Some, yes. A classic example of a side channel attack that doesn't require
physical access:

An authentication server which naively compares passwords (or even their
hashes). Say they just `if (request.password != expected_password) return
Error.403`. This type of naive comparison which will use memcmp or something
similar creates a timing side channel. This happens because it compares the
passwords one byte at a time, and returns early as soon as it finds a
mismatched byte. So the length of time the server spends authenticating the
passwords is dependent on how many bytes the passwords have in common. i.e.
"password" != "deadbeef" takes 1 comparison, whereas "password" != "peadbeef"
takes 2 comparisons.

So an attacker can submit 256 requests to the server, cycling through every
possible first byte. Whichever request takes the longest tells the attacker
what the first byte of the password is. So they fix the first byte, and then
repeat 256 times for the second password. And so forth until the password is
cracked.

This takes only O(N) time to crack, where N is the length of the password.

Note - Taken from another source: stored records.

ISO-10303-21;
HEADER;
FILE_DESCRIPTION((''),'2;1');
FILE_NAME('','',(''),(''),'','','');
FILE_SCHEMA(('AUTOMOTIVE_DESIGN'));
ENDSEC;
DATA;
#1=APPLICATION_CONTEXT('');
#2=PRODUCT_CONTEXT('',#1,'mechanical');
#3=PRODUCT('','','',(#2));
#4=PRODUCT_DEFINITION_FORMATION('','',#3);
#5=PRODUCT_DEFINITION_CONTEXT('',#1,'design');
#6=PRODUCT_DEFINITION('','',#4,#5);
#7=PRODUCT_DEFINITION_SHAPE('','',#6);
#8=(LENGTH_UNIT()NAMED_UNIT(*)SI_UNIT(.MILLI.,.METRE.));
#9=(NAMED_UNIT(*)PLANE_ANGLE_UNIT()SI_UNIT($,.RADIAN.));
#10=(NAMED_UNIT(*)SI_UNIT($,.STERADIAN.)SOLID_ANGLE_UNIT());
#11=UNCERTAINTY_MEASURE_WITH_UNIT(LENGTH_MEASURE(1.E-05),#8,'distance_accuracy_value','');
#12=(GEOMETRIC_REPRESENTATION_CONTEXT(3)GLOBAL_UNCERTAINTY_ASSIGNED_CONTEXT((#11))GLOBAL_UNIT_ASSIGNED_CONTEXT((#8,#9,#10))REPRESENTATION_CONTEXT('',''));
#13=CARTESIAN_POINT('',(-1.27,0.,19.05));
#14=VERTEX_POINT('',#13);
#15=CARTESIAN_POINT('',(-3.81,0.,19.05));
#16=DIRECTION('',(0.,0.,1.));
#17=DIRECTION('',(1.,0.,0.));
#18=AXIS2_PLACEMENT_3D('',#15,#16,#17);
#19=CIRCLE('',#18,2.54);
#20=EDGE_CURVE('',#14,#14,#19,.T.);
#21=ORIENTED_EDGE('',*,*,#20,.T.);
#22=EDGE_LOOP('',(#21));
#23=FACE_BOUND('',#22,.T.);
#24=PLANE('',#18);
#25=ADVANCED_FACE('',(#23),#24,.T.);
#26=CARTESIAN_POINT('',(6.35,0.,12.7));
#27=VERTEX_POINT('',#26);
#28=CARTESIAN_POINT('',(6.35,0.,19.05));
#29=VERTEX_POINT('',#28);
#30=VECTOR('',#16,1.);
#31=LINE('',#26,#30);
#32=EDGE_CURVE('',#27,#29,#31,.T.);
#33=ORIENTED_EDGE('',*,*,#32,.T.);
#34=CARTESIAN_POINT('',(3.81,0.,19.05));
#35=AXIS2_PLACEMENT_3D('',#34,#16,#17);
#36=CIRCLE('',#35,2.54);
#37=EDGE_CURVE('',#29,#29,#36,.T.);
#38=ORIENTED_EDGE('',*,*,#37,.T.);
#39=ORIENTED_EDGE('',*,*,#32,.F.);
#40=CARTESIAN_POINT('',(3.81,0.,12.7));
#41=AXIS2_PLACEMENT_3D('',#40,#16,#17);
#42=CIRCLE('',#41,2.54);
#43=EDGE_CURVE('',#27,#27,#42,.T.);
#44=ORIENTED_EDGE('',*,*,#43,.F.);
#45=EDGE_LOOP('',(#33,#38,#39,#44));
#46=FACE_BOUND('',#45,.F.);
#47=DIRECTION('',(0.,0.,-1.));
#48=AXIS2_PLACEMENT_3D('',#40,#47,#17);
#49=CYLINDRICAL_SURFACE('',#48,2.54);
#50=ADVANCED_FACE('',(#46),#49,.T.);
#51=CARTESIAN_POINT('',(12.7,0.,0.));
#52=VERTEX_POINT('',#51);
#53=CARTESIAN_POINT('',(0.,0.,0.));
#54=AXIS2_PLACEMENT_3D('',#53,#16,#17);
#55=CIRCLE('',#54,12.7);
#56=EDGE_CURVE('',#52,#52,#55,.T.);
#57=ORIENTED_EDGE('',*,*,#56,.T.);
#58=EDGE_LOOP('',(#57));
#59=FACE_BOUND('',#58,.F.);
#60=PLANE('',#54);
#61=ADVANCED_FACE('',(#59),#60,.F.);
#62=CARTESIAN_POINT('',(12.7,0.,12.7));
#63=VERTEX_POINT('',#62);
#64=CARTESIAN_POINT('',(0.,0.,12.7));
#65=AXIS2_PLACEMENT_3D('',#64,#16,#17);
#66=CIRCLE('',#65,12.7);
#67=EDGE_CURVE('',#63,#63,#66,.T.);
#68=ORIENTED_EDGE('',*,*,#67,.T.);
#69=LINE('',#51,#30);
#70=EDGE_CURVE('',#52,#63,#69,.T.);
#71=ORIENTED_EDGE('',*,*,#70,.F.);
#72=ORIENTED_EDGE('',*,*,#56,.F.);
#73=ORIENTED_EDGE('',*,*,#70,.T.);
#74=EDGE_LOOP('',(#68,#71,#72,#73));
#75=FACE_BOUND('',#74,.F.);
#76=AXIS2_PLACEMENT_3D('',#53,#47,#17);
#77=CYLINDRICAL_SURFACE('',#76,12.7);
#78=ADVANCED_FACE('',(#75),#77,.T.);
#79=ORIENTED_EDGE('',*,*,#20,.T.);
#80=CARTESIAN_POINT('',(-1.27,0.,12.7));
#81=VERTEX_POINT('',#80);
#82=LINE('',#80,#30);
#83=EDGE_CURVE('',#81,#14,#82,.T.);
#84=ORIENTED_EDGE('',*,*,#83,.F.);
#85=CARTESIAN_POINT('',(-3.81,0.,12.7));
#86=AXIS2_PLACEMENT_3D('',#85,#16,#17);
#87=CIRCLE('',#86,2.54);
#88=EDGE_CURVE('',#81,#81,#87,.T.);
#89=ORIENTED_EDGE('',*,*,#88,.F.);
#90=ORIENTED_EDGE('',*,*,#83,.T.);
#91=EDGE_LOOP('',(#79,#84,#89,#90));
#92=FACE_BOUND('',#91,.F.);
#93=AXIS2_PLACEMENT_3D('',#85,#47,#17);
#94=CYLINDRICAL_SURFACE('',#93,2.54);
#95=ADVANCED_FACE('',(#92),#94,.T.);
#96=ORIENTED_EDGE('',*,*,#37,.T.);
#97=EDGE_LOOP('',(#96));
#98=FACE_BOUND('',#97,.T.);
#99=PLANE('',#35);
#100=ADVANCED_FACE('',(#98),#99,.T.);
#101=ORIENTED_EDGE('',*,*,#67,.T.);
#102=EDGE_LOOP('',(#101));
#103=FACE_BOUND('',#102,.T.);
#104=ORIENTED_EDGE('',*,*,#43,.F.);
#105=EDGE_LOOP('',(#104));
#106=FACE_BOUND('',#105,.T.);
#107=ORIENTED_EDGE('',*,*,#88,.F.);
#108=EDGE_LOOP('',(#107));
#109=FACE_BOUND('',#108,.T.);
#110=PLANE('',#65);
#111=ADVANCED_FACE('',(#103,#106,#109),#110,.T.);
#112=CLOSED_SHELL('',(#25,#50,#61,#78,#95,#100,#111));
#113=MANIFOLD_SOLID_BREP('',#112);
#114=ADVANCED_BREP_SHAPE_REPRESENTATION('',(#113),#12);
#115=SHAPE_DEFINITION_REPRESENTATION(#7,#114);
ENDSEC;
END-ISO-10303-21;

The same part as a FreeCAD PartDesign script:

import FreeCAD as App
import Part
import Sketcher
Q = App.Units.Quantity

doc = App.newDocument("Part")
body = doc.addObject("PartDesign::Body", "Body")

# Sketch on XY plane
sketch1 = doc.addObject("Sketcher::SketchObject", "Sketch")
body.addObject(sketch1)
sketch1.AttachmentSupport = (doc.XY_Plane, [""])
sketch1.MapMode = "FlatFace"
sketch1.addGeometry(Part.Circle(App.Vector(0, 0, 0), App.Vector(0, 0, 1), 12.7), False)
sketch1.addConstraint([
    Sketcher.Constraint("Coincident", 0, 3, -1, 1),
    Sketcher.Constraint("Diameter", 0, Q("1 in")),
])
pad1 = doc.addObject("PartDesign::Pad", "Pad")
body.addObject(pad1)
pad1.Profile = sketch1
pad1.Length = Q("0.5 in")

# Sketch on XY plane
sketch2 = doc.addObject("Sketcher::SketchObject", "Sketch001")
body.addObject(sketch2)
sketch2.AttachmentSupport = (doc.XY_Plane, [""])
sketch2.MapMode = "FlatFace"
sketch2.AttachmentOffset = App.Placement(App.Vector(0, 0, 0.5 * 25.4), App.Rotation())
sketch2.addGeometry([
    Part.Circle(App.Vector(-3.81, 0, 0), App.Vector(0, 0, 1), 2.54),
    Part.Circle(App.Vector(3.81, 0, 0), App.Vector(0, 0, 1), 2.54),
], False)
sketch2.addConstraint([
    Sketcher.Constraint("Equal", 0, 1),
    Sketcher.Constraint("Symmetric", 0, 3, 1, 3, -1, 1),
    Sketcher.Constraint("PointOnObject", 0, 3, -1),
    Sketcher.Constraint("Diameter", 0, Q("0.2 in")),
    Sketcher.Constraint("DistanceX", 0, 3, 1, 3, Q("0.3 in")),
])
pad2 = doc.addObject("PartDesign::Pad", "Pad001")
body.addObject(pad2)
pad2.Profile = sketch2
pad2.Length = Q("0.25 in")

doc.recompute()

Though this is a simple example, it ends up being a very common attack vector.
And as noted, this can be performed remotely.

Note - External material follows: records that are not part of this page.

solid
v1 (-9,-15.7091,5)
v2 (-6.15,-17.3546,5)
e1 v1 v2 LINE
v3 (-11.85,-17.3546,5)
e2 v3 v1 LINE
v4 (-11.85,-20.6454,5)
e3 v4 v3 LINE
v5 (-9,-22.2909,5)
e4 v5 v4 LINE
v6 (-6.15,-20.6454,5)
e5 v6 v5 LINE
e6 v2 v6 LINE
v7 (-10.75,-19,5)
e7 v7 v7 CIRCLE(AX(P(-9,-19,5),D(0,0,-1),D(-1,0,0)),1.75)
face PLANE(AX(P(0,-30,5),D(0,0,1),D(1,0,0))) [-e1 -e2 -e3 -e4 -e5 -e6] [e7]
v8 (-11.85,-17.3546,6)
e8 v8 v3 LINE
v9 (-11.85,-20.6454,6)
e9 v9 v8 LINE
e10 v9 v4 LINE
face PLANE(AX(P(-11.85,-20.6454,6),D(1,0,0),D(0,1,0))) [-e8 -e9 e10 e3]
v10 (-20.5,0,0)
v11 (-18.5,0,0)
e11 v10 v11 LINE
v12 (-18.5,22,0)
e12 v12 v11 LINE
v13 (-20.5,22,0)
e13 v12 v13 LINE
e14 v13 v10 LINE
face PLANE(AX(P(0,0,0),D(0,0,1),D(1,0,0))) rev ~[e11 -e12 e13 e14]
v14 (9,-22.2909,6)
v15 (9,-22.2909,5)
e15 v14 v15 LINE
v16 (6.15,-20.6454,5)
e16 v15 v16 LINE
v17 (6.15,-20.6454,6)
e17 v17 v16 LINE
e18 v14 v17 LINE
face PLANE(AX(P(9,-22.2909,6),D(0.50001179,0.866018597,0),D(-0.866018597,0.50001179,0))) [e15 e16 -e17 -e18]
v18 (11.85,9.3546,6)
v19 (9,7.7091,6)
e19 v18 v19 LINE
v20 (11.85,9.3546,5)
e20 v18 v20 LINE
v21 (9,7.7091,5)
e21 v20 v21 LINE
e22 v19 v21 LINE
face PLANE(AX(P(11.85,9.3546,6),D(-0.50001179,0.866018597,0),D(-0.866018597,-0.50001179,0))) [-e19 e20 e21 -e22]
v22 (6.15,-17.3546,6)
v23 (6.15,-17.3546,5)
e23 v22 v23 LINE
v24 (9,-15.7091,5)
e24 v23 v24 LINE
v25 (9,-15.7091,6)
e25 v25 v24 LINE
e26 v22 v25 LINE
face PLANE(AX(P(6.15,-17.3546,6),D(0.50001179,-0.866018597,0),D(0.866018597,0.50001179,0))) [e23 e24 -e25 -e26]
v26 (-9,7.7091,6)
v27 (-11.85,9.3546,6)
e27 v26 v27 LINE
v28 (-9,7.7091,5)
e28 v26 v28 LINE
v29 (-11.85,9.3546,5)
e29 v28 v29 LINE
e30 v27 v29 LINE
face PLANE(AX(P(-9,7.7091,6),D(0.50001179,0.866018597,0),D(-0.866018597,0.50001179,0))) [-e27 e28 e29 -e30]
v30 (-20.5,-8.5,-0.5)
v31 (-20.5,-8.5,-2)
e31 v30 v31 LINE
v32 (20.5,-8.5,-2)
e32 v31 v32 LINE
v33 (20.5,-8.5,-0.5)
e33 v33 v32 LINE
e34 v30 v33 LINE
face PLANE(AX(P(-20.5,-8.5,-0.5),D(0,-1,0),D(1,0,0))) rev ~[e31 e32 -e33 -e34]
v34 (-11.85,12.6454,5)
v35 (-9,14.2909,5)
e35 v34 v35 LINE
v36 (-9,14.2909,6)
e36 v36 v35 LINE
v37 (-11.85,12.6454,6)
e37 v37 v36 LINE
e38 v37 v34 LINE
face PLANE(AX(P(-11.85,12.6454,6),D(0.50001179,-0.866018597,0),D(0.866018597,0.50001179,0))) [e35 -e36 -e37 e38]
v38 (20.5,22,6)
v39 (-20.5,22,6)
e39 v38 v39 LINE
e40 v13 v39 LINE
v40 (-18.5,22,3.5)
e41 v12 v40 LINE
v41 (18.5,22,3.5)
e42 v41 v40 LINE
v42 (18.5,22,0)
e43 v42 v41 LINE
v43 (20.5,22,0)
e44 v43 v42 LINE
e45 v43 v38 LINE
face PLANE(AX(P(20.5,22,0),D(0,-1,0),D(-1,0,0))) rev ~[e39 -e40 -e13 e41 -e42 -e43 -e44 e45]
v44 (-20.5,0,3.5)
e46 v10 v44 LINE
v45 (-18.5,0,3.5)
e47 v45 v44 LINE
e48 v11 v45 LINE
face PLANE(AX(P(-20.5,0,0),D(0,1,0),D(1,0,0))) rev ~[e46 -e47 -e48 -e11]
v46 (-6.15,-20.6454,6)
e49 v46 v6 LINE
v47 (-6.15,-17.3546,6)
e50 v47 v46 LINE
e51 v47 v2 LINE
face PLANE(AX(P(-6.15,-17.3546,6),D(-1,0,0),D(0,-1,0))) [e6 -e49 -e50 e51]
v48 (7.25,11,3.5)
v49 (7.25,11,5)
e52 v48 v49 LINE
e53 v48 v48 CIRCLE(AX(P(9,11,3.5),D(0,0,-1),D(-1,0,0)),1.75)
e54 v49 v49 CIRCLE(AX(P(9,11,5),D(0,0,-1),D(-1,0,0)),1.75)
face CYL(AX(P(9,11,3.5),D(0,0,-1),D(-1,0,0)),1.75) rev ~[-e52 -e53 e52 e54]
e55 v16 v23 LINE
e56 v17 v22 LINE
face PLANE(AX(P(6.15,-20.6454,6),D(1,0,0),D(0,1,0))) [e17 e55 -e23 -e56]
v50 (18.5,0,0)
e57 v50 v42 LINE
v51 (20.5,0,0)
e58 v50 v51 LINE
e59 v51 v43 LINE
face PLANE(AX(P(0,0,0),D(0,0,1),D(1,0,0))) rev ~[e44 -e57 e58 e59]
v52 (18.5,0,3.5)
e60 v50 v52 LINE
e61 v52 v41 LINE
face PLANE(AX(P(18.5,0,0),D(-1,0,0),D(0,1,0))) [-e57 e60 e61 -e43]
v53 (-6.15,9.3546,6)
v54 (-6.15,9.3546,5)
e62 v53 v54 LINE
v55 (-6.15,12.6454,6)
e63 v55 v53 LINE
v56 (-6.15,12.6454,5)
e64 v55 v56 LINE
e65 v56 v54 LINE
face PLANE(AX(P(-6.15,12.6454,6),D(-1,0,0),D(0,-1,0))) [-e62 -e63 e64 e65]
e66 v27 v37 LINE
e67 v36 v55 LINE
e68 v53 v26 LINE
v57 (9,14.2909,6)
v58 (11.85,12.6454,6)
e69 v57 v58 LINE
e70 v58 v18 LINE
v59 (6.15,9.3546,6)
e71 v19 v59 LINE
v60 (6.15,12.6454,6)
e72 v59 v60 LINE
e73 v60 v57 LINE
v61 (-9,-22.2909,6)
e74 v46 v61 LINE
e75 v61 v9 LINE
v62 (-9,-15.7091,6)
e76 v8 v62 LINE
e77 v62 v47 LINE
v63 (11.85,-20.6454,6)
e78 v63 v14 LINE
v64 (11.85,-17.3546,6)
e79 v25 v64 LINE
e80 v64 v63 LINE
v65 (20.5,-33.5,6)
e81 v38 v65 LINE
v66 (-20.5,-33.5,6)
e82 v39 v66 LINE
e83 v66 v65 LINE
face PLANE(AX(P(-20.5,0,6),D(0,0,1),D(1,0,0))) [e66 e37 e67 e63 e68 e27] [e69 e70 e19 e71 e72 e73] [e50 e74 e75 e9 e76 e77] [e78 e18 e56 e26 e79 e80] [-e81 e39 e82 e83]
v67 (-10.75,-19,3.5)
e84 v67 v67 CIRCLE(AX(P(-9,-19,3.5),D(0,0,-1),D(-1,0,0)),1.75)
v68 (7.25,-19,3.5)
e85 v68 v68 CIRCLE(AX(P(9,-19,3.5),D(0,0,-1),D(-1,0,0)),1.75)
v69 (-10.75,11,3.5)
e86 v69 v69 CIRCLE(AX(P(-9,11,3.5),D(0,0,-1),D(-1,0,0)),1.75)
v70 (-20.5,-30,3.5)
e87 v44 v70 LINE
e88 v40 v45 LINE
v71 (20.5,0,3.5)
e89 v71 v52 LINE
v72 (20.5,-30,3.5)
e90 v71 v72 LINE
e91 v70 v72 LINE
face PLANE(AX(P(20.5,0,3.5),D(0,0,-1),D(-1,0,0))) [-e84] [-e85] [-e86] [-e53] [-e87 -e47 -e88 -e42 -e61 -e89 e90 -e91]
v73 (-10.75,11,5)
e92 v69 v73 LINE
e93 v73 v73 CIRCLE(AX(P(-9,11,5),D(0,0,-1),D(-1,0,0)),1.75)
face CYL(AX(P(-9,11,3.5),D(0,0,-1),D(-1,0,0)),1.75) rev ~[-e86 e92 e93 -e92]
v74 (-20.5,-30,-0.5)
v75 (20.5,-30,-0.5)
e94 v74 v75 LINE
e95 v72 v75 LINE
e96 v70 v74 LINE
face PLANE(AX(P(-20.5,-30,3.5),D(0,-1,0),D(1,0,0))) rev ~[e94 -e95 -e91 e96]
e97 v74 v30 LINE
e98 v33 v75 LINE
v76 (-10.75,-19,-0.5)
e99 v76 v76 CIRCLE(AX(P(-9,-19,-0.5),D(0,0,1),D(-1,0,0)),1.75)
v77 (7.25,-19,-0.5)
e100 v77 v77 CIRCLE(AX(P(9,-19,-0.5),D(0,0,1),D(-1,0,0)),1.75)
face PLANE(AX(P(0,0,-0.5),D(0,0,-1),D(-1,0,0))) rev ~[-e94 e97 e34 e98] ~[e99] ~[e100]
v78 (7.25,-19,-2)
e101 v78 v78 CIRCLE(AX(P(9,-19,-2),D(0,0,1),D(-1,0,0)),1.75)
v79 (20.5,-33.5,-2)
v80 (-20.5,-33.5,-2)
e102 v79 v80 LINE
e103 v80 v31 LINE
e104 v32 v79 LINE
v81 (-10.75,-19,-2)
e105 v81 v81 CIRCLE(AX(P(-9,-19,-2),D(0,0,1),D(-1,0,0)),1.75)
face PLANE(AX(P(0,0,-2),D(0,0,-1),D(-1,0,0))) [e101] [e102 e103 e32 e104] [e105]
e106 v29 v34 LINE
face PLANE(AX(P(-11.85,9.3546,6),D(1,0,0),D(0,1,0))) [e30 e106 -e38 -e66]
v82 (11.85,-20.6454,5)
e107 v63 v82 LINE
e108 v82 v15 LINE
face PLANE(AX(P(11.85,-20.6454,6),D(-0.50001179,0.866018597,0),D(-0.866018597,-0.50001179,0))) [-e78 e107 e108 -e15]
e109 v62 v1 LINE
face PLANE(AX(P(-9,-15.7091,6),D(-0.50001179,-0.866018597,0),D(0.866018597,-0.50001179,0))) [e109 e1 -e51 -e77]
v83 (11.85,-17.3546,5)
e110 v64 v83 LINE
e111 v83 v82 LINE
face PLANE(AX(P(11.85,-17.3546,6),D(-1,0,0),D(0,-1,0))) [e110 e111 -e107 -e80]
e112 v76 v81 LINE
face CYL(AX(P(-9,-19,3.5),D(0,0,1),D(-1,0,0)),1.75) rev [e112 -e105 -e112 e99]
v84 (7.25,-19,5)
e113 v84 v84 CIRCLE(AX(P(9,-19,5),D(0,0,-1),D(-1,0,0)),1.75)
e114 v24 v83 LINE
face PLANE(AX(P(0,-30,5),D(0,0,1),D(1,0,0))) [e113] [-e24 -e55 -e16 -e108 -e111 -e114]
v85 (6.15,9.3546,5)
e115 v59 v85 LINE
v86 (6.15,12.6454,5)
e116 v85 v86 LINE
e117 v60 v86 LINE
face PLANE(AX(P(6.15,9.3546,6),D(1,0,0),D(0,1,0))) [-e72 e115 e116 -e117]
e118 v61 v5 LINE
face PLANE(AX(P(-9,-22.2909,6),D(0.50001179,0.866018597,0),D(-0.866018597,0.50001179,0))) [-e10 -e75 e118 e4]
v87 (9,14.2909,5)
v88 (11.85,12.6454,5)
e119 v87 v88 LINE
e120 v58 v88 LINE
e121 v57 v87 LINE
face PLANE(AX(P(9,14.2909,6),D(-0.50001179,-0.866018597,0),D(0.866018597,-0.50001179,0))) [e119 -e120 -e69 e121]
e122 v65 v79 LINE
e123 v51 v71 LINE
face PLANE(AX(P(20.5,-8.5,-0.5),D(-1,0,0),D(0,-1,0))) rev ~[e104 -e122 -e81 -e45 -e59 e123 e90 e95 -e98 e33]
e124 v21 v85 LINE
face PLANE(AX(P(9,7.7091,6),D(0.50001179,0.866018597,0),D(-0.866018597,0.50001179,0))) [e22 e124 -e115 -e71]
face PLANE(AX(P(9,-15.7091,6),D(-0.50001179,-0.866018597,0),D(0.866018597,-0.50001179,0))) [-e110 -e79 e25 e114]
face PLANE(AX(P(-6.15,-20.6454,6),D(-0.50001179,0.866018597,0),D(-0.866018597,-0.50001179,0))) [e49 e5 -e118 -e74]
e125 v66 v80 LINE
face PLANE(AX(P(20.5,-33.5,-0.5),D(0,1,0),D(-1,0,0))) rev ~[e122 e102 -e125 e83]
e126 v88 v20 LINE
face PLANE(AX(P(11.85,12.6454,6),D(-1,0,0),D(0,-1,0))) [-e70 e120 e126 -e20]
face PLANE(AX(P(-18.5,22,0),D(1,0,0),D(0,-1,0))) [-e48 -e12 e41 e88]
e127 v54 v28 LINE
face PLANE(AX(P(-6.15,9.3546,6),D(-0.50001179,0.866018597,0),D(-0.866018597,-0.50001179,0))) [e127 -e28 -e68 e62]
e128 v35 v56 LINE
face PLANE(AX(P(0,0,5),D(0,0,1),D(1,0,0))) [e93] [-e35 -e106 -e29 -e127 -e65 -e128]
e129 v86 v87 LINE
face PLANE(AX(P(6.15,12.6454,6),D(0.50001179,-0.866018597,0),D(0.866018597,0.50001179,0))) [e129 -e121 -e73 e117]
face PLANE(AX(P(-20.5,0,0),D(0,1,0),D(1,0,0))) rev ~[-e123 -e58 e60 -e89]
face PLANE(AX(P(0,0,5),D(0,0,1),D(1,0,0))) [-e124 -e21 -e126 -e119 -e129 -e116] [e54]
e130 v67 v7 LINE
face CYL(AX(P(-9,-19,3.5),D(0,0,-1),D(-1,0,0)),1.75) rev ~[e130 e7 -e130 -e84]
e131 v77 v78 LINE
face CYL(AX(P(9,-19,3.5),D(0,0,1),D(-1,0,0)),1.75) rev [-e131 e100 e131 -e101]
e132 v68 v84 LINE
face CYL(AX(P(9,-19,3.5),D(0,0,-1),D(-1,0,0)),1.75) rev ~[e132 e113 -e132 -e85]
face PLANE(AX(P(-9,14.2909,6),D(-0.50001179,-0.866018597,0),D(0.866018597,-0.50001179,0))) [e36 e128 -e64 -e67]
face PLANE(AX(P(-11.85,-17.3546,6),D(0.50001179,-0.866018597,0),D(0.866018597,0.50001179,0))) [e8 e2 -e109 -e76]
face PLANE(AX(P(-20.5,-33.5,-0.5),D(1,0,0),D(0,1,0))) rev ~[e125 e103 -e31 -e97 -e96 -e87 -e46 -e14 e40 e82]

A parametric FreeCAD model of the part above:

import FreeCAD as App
import Part
import Sketcher

V = App.Vector
Q = App.Units.Quantity

doc = App.newDocument("Part")
params = doc.addObject("Spreadsheet::Sheet", "Params")
for row, (alias, value) in enumerate([
    ("sketch1_width", "41 mm"),
    ("sketch1_height", "22 mm"),
    ("pad1_length", "6 mm"),
    ("sketch2_width", "37 mm"),
    ("sketch2_height", "22 mm"),
    ("pocket1_length", "3.5 mm"),
    ("sketch3_diameter", "3.5 mm"),
    ("pocket2_length", "50 mm"),
    ("pocket3_length", "1 mm"),
    ("sketch5_width", "41 mm"),
    ("sketch5_height", "2.5 mm"),
    ("pad2_length", "33.5 mm"),
    ("sketch6_height", "3.5 mm"),
    ("sketch6_width", "41 mm"),
    ("pad3_length", "4 mm"),
    ("sketch7_height", "25 mm"),
    ("sketch7_width", "41 mm"),
    ("pad4_length", "1.5 mm"),
    ("linearpattern_pitch", "30 mm"),
], start=1):
    params.set(f"A{row}", alias)
    params.set(f"B{row}", "=" + value)
    params.setAlias(f"B{row}", alias)

body = doc.addObject("PartDesign::Body", "Body")

sketch1 = body.newObject("Sketcher::SketchObject", "Sketch")
sketch1.AttachmentSupport = (doc.getObject("XY_Plane"), [""])
sketch1.MapMode = "FlatFace"
sketch1.addGeometry([
    Part.LineSegment(V(-20.5, 22, 0), V(-20.5, 0, 0)),
    Part.LineSegment(V(-20.5, 0, 0), V(20.5, 0, 0)),
    Part.LineSegment(V(20.5, 0, 0), V(20.5, 22, 0)),
    Part.LineSegment(V(20.5, 22, 0), V(-20.5, 22, 0)),
], False)
sketch1.addConstraint([
    Sketcher.Constraint("Coincident", 0, 2, 1, 1),
    Sketcher.Constraint("Coincident", 1, 2, 2, 1),
    Sketcher.Constraint("Coincident", 2, 2, 3, 1),
    Sketcher.Constraint("Coincident", 3, 2, 0, 1),
    Sketcher.Constraint("Vertical", 0),
    Sketcher.Constraint("Horizontal", 1),
    Sketcher.Constraint("Vertical", 2),
    Sketcher.Constraint("Horizontal", 3),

(In practice things are a bit more complicated, but make attacks like this no
less of a threat. You first need to determine the password length (easy, same
timing side channel). And then you probably need to submit several times more
requests per password attempt so you can average out the "noise" of request
times. Rate limiting, etc ameliorate attacks, but are no excuse for not using
constant-time algorithms.)

------
hart_russell
Is this an attack that can be mitigated by a firmware update?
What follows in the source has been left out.